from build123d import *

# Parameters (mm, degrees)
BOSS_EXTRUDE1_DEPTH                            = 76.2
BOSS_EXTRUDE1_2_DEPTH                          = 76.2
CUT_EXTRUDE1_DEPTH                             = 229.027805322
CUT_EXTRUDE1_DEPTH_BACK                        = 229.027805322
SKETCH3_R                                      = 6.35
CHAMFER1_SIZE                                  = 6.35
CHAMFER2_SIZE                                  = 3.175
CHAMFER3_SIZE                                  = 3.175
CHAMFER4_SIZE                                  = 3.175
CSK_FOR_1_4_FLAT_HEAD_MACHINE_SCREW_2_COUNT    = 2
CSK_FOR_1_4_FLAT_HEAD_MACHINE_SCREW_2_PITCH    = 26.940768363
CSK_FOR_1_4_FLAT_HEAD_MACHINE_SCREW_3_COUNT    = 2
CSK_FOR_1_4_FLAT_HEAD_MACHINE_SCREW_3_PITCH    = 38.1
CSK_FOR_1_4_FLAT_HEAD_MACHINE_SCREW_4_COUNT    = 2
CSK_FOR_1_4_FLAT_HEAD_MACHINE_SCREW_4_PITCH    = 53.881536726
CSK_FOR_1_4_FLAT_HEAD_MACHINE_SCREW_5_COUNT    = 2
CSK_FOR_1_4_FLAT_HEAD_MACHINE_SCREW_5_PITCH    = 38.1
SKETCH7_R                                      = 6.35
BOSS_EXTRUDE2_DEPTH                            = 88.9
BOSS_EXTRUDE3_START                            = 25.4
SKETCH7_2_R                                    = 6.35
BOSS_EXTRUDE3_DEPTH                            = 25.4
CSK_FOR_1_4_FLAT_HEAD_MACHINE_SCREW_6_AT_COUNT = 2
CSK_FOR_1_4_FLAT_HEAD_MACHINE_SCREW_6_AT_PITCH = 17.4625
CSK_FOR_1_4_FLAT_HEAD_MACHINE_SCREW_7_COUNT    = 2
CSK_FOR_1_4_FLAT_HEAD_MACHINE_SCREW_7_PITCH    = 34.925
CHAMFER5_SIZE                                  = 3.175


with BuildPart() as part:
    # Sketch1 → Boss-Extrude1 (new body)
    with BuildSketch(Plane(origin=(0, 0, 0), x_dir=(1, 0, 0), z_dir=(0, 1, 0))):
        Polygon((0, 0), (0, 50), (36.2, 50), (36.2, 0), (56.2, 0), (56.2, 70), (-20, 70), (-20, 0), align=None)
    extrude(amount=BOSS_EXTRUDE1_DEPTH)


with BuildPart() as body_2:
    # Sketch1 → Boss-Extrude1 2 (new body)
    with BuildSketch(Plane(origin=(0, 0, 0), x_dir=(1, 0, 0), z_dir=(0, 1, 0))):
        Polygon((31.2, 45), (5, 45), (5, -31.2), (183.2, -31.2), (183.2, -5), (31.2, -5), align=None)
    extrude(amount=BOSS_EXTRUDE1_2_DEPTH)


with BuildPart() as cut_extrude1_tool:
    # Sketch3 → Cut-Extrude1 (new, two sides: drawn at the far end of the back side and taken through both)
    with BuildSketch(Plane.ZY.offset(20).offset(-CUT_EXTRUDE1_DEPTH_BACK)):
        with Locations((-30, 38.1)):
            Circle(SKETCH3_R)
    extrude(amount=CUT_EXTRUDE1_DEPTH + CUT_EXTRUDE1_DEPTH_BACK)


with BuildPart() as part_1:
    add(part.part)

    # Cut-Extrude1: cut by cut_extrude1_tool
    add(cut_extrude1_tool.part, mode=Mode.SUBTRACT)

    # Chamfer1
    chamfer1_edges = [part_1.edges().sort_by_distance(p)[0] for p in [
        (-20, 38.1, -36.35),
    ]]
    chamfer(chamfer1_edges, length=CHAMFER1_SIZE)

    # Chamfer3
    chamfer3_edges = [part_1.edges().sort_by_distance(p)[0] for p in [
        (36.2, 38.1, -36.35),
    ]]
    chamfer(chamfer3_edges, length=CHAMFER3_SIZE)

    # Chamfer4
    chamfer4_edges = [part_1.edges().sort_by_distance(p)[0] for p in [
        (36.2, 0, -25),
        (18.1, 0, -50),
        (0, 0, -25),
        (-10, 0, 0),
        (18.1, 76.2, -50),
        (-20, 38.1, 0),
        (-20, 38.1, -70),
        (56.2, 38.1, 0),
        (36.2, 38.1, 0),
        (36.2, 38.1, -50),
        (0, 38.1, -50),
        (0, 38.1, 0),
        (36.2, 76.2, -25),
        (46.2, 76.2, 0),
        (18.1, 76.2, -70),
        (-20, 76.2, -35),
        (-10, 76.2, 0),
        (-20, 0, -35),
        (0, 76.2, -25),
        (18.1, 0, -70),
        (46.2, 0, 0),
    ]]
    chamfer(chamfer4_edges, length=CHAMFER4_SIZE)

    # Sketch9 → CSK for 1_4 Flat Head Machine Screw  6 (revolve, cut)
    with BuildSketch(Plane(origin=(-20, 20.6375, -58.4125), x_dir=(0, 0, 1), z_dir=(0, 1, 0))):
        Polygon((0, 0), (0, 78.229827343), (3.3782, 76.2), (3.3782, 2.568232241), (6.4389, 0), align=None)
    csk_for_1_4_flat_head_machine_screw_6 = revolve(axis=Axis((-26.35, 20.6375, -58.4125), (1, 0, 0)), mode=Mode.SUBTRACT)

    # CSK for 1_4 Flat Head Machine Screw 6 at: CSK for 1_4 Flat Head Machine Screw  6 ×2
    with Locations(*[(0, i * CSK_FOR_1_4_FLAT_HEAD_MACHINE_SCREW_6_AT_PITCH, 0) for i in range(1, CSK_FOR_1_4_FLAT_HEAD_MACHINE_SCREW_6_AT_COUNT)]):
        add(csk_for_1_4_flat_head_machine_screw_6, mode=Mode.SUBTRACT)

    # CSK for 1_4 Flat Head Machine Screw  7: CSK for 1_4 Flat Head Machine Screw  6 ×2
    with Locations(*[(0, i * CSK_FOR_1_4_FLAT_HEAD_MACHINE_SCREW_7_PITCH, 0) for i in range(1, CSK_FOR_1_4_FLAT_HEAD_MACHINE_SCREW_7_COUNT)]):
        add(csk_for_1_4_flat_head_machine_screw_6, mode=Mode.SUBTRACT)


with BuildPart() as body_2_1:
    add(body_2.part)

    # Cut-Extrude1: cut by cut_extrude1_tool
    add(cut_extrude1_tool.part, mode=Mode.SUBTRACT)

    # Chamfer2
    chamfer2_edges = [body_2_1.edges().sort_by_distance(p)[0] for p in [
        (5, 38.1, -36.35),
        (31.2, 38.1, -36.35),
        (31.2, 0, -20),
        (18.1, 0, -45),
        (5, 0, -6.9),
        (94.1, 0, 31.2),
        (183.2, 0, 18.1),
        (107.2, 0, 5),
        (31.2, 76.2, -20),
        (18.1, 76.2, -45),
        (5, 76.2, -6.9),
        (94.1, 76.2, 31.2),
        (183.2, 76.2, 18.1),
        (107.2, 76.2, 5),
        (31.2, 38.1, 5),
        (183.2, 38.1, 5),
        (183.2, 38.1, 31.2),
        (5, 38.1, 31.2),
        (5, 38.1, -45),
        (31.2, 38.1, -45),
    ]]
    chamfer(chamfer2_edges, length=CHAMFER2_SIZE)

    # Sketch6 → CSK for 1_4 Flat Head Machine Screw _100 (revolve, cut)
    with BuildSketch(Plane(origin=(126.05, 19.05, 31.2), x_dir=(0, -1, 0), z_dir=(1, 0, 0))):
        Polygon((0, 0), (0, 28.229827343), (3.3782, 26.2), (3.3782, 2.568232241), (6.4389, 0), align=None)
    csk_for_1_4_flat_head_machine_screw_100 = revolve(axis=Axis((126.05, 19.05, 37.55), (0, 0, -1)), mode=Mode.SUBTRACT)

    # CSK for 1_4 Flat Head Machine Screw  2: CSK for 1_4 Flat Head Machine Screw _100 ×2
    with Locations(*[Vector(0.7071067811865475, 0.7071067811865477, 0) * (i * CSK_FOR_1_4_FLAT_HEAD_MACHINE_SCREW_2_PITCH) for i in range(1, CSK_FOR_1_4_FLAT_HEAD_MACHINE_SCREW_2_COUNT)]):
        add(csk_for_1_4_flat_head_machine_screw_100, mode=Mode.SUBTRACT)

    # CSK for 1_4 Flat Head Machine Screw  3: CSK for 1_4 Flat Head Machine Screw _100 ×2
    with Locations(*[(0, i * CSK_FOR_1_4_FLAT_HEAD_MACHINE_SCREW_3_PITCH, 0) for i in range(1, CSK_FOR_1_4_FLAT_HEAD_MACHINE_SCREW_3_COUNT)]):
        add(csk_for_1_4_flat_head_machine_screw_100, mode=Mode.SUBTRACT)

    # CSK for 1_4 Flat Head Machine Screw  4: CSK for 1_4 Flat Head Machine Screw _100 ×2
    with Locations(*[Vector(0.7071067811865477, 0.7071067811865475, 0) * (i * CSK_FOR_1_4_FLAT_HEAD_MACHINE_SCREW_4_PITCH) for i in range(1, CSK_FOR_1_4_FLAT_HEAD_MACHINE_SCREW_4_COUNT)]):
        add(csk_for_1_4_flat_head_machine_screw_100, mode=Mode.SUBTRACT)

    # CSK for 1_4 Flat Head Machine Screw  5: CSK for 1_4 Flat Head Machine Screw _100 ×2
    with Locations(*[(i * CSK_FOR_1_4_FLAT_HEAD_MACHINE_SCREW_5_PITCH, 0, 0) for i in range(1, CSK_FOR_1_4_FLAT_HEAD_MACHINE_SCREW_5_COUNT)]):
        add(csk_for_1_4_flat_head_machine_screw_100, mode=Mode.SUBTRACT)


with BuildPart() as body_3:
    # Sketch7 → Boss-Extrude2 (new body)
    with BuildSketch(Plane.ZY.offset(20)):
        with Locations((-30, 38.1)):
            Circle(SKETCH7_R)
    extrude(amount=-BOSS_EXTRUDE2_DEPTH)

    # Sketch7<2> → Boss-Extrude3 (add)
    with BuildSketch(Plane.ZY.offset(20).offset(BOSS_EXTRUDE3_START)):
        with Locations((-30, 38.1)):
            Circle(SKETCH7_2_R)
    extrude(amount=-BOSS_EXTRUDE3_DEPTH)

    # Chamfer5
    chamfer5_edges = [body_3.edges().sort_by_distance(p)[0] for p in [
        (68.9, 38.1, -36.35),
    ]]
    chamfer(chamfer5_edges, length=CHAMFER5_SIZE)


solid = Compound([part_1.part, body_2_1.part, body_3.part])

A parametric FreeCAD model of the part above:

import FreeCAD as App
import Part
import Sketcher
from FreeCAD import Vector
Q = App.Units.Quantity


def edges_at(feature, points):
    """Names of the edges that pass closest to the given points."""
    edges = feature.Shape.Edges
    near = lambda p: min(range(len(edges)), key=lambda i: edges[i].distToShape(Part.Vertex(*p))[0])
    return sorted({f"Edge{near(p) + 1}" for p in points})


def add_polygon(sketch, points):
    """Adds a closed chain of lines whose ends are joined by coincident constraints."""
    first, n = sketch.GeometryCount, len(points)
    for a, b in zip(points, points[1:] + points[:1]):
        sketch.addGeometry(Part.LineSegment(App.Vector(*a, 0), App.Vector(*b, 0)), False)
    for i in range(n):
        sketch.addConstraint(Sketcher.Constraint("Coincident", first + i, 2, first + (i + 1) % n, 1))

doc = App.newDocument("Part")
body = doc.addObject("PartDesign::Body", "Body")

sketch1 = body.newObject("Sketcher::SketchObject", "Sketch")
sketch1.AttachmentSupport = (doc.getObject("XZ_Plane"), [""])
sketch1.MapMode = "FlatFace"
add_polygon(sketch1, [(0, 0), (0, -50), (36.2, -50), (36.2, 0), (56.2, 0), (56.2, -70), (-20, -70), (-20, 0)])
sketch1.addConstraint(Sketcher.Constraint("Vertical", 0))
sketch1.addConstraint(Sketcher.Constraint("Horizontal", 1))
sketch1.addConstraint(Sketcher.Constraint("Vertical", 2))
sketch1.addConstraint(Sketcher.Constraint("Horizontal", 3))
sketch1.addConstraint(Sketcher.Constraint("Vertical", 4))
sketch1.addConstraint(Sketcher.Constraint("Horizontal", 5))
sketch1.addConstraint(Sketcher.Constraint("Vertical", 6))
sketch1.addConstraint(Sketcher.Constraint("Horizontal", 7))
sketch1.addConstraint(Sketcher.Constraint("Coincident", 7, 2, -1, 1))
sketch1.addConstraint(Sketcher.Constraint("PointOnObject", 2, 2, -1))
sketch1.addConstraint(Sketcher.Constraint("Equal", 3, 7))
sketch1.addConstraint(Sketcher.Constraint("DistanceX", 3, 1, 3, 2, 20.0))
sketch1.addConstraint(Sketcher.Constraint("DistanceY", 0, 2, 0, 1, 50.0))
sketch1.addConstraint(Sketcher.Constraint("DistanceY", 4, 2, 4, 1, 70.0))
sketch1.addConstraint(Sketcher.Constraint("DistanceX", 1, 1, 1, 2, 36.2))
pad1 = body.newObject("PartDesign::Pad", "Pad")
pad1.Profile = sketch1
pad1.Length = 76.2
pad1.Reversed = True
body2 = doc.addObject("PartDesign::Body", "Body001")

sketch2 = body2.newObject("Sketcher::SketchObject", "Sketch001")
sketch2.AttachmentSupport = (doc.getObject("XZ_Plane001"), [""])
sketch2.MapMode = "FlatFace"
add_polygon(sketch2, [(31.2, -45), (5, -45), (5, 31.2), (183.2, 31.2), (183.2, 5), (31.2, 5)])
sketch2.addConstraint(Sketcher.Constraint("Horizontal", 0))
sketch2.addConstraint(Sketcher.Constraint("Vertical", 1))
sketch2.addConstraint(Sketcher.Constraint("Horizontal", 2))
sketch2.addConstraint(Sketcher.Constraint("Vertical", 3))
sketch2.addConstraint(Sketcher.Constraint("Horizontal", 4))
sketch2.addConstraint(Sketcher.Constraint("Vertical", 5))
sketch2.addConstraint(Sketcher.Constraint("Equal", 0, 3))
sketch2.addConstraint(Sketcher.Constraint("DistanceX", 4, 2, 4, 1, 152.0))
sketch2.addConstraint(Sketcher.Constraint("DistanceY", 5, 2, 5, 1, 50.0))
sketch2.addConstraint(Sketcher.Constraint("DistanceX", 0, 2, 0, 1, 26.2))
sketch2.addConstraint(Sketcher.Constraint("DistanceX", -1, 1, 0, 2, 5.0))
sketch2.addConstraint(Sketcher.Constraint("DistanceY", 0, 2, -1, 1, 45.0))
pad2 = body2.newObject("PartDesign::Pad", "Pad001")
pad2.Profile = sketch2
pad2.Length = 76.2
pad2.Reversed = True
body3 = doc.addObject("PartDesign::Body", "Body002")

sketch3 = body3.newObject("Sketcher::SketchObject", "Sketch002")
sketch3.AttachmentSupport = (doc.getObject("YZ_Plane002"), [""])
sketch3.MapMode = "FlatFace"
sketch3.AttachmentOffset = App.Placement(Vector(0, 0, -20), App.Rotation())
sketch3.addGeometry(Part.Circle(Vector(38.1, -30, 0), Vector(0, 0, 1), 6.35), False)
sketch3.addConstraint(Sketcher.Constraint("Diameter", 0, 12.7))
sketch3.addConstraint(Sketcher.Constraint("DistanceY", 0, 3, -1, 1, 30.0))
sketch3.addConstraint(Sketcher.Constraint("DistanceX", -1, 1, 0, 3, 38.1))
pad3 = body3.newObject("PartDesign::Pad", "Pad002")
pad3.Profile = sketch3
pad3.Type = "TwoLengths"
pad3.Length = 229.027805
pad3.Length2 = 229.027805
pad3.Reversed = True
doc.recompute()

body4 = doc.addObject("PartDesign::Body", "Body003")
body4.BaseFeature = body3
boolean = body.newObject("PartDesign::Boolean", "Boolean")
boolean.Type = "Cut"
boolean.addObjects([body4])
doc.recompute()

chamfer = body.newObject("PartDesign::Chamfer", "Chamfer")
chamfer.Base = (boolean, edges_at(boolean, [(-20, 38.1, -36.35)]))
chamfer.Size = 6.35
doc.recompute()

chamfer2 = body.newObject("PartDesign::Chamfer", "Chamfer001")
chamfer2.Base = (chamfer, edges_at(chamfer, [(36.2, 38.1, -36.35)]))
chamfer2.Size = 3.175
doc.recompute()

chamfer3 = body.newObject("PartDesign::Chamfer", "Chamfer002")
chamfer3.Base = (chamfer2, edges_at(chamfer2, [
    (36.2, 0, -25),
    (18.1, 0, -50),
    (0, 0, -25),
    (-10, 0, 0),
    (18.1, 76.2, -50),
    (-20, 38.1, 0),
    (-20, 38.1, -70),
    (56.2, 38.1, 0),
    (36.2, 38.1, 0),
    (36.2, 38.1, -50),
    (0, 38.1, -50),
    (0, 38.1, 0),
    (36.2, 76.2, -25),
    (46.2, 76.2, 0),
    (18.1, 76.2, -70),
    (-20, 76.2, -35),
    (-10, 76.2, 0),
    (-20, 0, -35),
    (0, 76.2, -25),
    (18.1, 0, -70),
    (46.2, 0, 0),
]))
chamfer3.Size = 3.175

=-=-=-=-=

• ASSIGNED TASK:
Your task for the entries above: copy exactly the span starting with the line with "with Locations(*[(i *" and going on through the line with "A parametric FreeCAD", both lines included, and nothing else.

• SOLUTION TO THE EXERCISE:
    with Locations(*[(i * CSK_FOR_1_4_FLAT_HEAD_MACHINE_SCREW_5_PITCH, 0, 0) for i in range(1, CSK_FOR_1_4_FLAT_HEAD_MACHINE_SCREW_5_COUNT)]):
        add(csk_for_1_4_flat_head_machine_screw_100, mode=Mode.SUBTRACT)


with BuildPart() as body_3:
    # Sketch7 → Boss-Extrude2 (new body)
    with BuildSketch(Plane.ZY.offset(20)):
        with Locations((-30, 38.1)):
            Circle(SKETCH7_R)
    extrude(amount=-BOSS_EXTRUDE2_DEPTH)

    # Sketch7<2> → Boss-Extrude3 (add)
    with BuildSketch(Plane.ZY.offset(20).offset(BOSS_EXTRUDE3_START)):
        with Locations((-30, 38.1)):
            Circle(SKETCH7_2_R)
    extrude(amount=-BOSS_EXTRUDE3_DEPTH)

    # Chamfer5
    chamfer5_edges = [body_3.edges().sort_by_distance(p)[0] for p in [
        (68.9, 38.1, -36.35),
    ]]
    chamfer(chamfer5_edges, length=CHAMFER5_SIZE)


solid = Compound([part_1.part, body_2_1.part, body_3.part])

A parametric FreeCAD model of the part above:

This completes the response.